Stored data entries
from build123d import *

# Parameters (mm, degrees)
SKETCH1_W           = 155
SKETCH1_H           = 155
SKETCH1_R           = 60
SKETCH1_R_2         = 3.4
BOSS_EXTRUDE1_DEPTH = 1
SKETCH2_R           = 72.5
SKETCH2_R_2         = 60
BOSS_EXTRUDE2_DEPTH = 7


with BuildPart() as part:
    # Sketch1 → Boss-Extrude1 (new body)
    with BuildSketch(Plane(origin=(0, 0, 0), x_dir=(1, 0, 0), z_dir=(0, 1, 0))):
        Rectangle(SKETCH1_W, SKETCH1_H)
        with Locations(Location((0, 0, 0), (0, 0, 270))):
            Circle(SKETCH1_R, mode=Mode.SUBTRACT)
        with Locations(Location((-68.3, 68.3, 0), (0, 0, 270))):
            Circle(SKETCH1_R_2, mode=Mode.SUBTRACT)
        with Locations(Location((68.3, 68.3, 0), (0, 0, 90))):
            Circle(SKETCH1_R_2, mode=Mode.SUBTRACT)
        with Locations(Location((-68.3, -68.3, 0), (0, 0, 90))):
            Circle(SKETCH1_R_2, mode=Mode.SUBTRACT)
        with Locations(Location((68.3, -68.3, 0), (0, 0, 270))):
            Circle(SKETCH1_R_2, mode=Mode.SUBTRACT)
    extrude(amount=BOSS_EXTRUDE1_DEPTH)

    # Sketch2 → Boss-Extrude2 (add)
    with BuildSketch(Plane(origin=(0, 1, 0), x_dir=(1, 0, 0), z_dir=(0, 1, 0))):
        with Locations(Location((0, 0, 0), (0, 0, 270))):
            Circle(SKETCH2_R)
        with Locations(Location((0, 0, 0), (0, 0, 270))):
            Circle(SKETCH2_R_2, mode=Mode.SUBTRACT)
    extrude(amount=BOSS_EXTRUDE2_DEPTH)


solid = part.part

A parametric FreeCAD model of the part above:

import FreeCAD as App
import Part
import Sketcher

V = App.Vector
Q = App.Units.Quantity


def add_polygon(sketch, points):
    """Adds a closed chain of lines whose ends are joined by coincident constraints."""
    first, n = sketch.GeometryCount, len(points)
    for a, b in zip(points, points[1:] + points[:1]):
        sketch.addGeometry(Part.LineSegment(App.Vector(*a, 0), App.Vector(*b, 0)), False)
    for i in range(n):
        sketch.addConstraint(Sketcher.Constraint("Coincident", first + i, 2, first + (i + 1) % n, 1))

doc = App.newDocument("Part")
params = doc.addObject("Spreadsheet::Sheet", "Params")
for row, (alias, value) in enumerate([
    ("sketch1_diameter", "120 mm"),
    ("sketch1_diameter2", "6.8 mm"),
    ("sketch1_width", "155 mm"),
    ("pad1_length", "1 mm"),
    ("sketch2_diameter", "145 mm"),
    ("sketch2_diameter2", "120 mm"),
    ("pad2_length", "7 mm"),
], start=1):
    params.set(f"A{row}", alias)
    params.set(f"B{row}", "=" + value)
    params.setAlias(f"B{row}", alias)

body = doc.addObject("PartDesign::Body", "Body")

sketch1 = doc.addObject("Sketcher::SketchObject", "Sketch")
body.addObject(sketch1)
sketch1.AttachmentSupport = (doc.XZ_Plane, [""])
sketch1.MapMode = "FlatFace"
add_polygon(sketch1, [(-77.5, -77.5), (-77.5, 77.5), (77.5, 77.5), (77.5, -77.5)])
sketch1.addGeometry(Part.Circle(V(-68.3, 68.3, 0), V(0, 0, 1), 3.4), False)
sketch1.addGeometry(Part.Circle(V(68.3, 68.3, 0), V(0, 0, 1), 3.4), False)
sketch1.addGeometry(Part.Circle(V(-68.3, -68.3, 0), V(0, 0, 1), 3.4), False)
sketch1.addGeometry(Part.Circle(V(0, 0, 0), V(0, 0, 1), 60), False)
sketch1.addGeometry(Part.Circle(V(68.3, -68.3, 0), V(0, 0, 1), 3.4), False)
sketch1.addConstraint([
    Sketcher.Constraint("Vertical", 0),
    Sketcher.Constraint("Horizontal", 1),
    Sketcher.Constraint("Vertical", 2),
    Sketcher.Constraint("Horizontal", 3),
    Sketcher.Constraint("Coincident", 7, 3, -1, 1),
    Sketcher.Constraint("Equal", 4, 5),
    Sketcher.Constraint("Equal", 5, 6),
    Sketcher.Constraint("Equal", 6, 8),
    Sketcher.Constraint("Symmetric", 5, 3, 6, 3, -1, 1),
    Sketcher.Constraint("Symmetric", 4, 3, 8, 3, -1, 1),
    Sketcher.Constraint("Symmetric", 0, 2, 2, 2, -1, 1),
    Sketcher.Constraint("Symmetric", 4, 3, 5, 3, -2),
    Sketcher.Constraint("Equal", 3, 0),
    Sketcher.Constraint("Diameter", 7, Q("120 mm")),
    Sketcher.Constraint("Diameter", 4, Q("6.8 mm")),
    Sketcher.Constraint("DistanceX", 1, 1, 1, 2, Q("155 mm")),
    Sketcher.Constraint("DistanceX", 4, 3, -1, 1, Q("68.3 mm")),
    Sketcher.Constraint("DistanceY", -1, 1, 4, 3, Q("68.3 mm")),
])
sketch1.setExpression("Constraints[17]", "Params.sketch1_diameter")
sketch1.setExpression("Constraints[18]", "Params.sketch1_diameter2")
sketch1.setExpression("Constraints[19]", "Params.sketch1_width")
pad1 = doc.addObject("PartDesign::Pad", "Pad")
body.addObject(pad1)
pad1.Profile = sketch1
pad1.setExpression("Length", "Params.pad1_length")
pad1.Reversed = True

sketch2 = doc.addObject("Sketcher::SketchObject", "Sketch001")
body.addObject(sketch2)
sketch2.AttachmentSupport = (doc.XZ_Plane, [""])
sketch2.MapMode = "FlatFace"
sketch2.AttachmentOffset = App.Placement(V(0, 0, -1), App.Rotation())
sketch2.addGeometry([
    Part.Circle(V(0, 0, 0), V(0, 0, 1), 72),
    Part.Circle(V(0, 0, 0), V(0, 0, 1), 60),
], False)
sketch2.addConstraint([
    Sketcher.Constraint("Coincident", 0, 3, -1, 1),
    Sketcher.Constraint("Coincident", 1, 3, -1, 1),
    Sketcher.Constraint("Diameter", 0, Q("145 mm")),
    Sketcher.Constraint("Diameter", 1, Q("120 mm")),
])
sketch2.setExpression("Constraints[2]", "Params.sketch2_diameter")
sketch2.setExpression("Constraints[3]", "Params.sketch2_diameter2")
pad2 = doc.addObject("PartDesign::Pad", "Pad001")
body.addObject(pad2)
pad2.Profile = sketch2
pad2.setExpression("Length", "Params.pad2_length")
pad2.Reversed = True

doc.recompute()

◆ What you are asked to do ◆
Among the lines of the data, find every one that holds "Location" and copy it.

◆ Solution to the exercise ◆
        with Locations(Location((0, 0, 0), (0, 0, 270))):
        with Locations(Location((-68.3, 68.3, 0), (0, 0, 270))):
        with Locations(Location((68.3, 68.3, 0), (0, 0, 90))):
        with Locations(Location((-68.3, -68.3, 0), (0, 0, 90))):
        with Locations(Location((68.3, -68.3, 0), (0, 0, 270))):
        with Locations(Location((0, 0, 0), (0, 0, 270))):
        with Locations(Location((0, 0, 0), (0, 0, 270))):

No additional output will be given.